Solving for an unknown current: Mesh Method, or Node Voltage?

Question

Given the power absorbed by each resistor, and the resistance value - do I have enough information to solve the circuit?

I found the Voltage Supply value by \$v^2=pr\$ but I'm not sure how to find the currents for \$V_{in}\$, or the branch currents... I created 4 mesh equations - the three along the bottom, and one along the edge . but since I dont know \$V_{in}\$ I can't create my matrix to solve for \$V_{k}\$.

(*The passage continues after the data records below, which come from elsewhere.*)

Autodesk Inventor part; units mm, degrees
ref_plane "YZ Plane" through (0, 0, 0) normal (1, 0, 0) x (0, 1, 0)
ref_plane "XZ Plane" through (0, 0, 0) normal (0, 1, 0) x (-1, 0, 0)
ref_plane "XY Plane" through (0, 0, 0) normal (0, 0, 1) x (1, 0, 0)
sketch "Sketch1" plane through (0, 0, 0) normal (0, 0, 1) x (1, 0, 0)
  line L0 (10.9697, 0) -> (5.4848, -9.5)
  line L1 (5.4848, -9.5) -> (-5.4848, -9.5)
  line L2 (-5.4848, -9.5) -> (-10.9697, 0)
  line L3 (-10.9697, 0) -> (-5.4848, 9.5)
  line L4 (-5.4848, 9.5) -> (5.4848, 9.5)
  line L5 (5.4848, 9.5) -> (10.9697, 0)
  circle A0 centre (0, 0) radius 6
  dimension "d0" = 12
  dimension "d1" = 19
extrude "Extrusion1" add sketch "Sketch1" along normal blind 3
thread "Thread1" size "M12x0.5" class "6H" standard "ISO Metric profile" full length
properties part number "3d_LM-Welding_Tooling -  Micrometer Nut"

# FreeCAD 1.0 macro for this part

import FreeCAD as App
import Part
import Sketcher
Q = App.Units.Quantity


def add_polygon(sketch, points):
    """Adds a closed chain of lines whose ends are joined by coincident constraints."""
    first, n = sketch.GeometryCount, len(points)
    for a, b in zip(points, points[1:] + points[:1]):
        sketch.addGeometry(Part.LineSegment(App.Vector(*a, 0), App.Vector(*b, 0)), False)
    for i in range(n):
        sketch.addConstraint(Sketcher.Constraint("Coincident", first + i, 2, first + (i + 1) % n, 1))

doc = App.newDocument("Part")
body = doc.addObject("PartDesign::Body", "Body")

# Sketch on XY plane
sketch1 = doc.addObject("Sketcher::SketchObject", "Sketch")
body.addObject(sketch1)
sketch1.AttachmentSupport = (doc.XY_Plane, [""])
sketch1.MapMode = "FlatFace"
add_polygon(sketch1, [(5, -10), (11, 0), (5, 10), (-5, 10), (-11, 0), (-5, -10)])  # lines 0-5
sketch1.addGeometry(Part.Circle(App.Vector(0, 0, 0), App.Vector(0, 0, 1), 6), False)  # 6
sketch1.addConstraint(Sketcher.Constraint("Horizontal", 2))
sketch1.addConstraint(Sketcher.Constraint("Horizontal", 5))
sketch1.addConstraint(Sketcher.Constraint("Coincident", 6, 3, -1, 1))
sketch1.addConstraint(Sketcher.Constraint("Symmetric", 0, 2, 3, 2, -1, 1))
sketch1.addConstraint(Sketcher.Constraint("Symmetric", 1, 2, 4, 2, -1, 1))
sketch1.addConstraint(Sketcher.Constraint("PointOnObject", 0, 2, -1))
sketch1.addConstraint(Sketcher.Constraint("Parallel", 0, 3))
sketch1.addConstraint(Sketcher.Constraint("Vertical", 2, 2, 4, 2))
sketch1.addConstraint(Sketcher.Constraint("Diameter", 6, Q("12 mm")))
sketch1.addConstraint(Sketcher.Constraint("DistanceY", 4, 2, 2, 2, Q("19 mm")))
sketch1.addConstraint(Sketcher.Constraint("Angle", 0, Q("59.9997 deg")))
sketch1.addConstraint(Sketcher.Constraint("DistanceX", 2, 2, 2, 1, Q("10.9696 mm")))
pad1 = doc.addObject("PartDesign::Pad", "Pad")
body.addObject(pad1)
pad1.Profile = sketch1
pad1.Length = 3

doc.recompute()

EDIT: I am very aware of \$p=iv\$ and \$v=ir\$

I am able to find individual Voltages and Currents but not what the values of \$V_{in}\$ and \$I_{in}\$ are. I'm not sure how to tell what the direction of these currents are. I'm trying to find out if the \$I_{in}\$ absorbing or delivering power - to dot that, do I need to know the directions? To find \$V_{in}\$ can I sum the individual currents? \$v=\sqrt{p_{1} r_{1} + p_{2} r_{2} \cdots p_{n} r_{n}}\$. What do I do with the current source?

Answer 1

Using the mesh or node equations, you should be able to determine each of the currents and voltages in the circuit in terms of \$V_{in}\$ and \$I_{in}\$. This will give you 10 equations of the form

$$V_j = f_j\left(V_{in},I_{in}\right)$$ and $$I_k = g_k\left(V_{in},I_{in}\right)$$

Now you say you are given the power consumed by each resistor, which means a set of equations of the form

$$V_nI_n=P_n$$

where the \$P_n\$ are known values.

This will be more than enough equations to be able to determine \$V_{in}\$ and \$I_{in}\$. All you need to do is pick the most convenient couple of equations and do some algebra.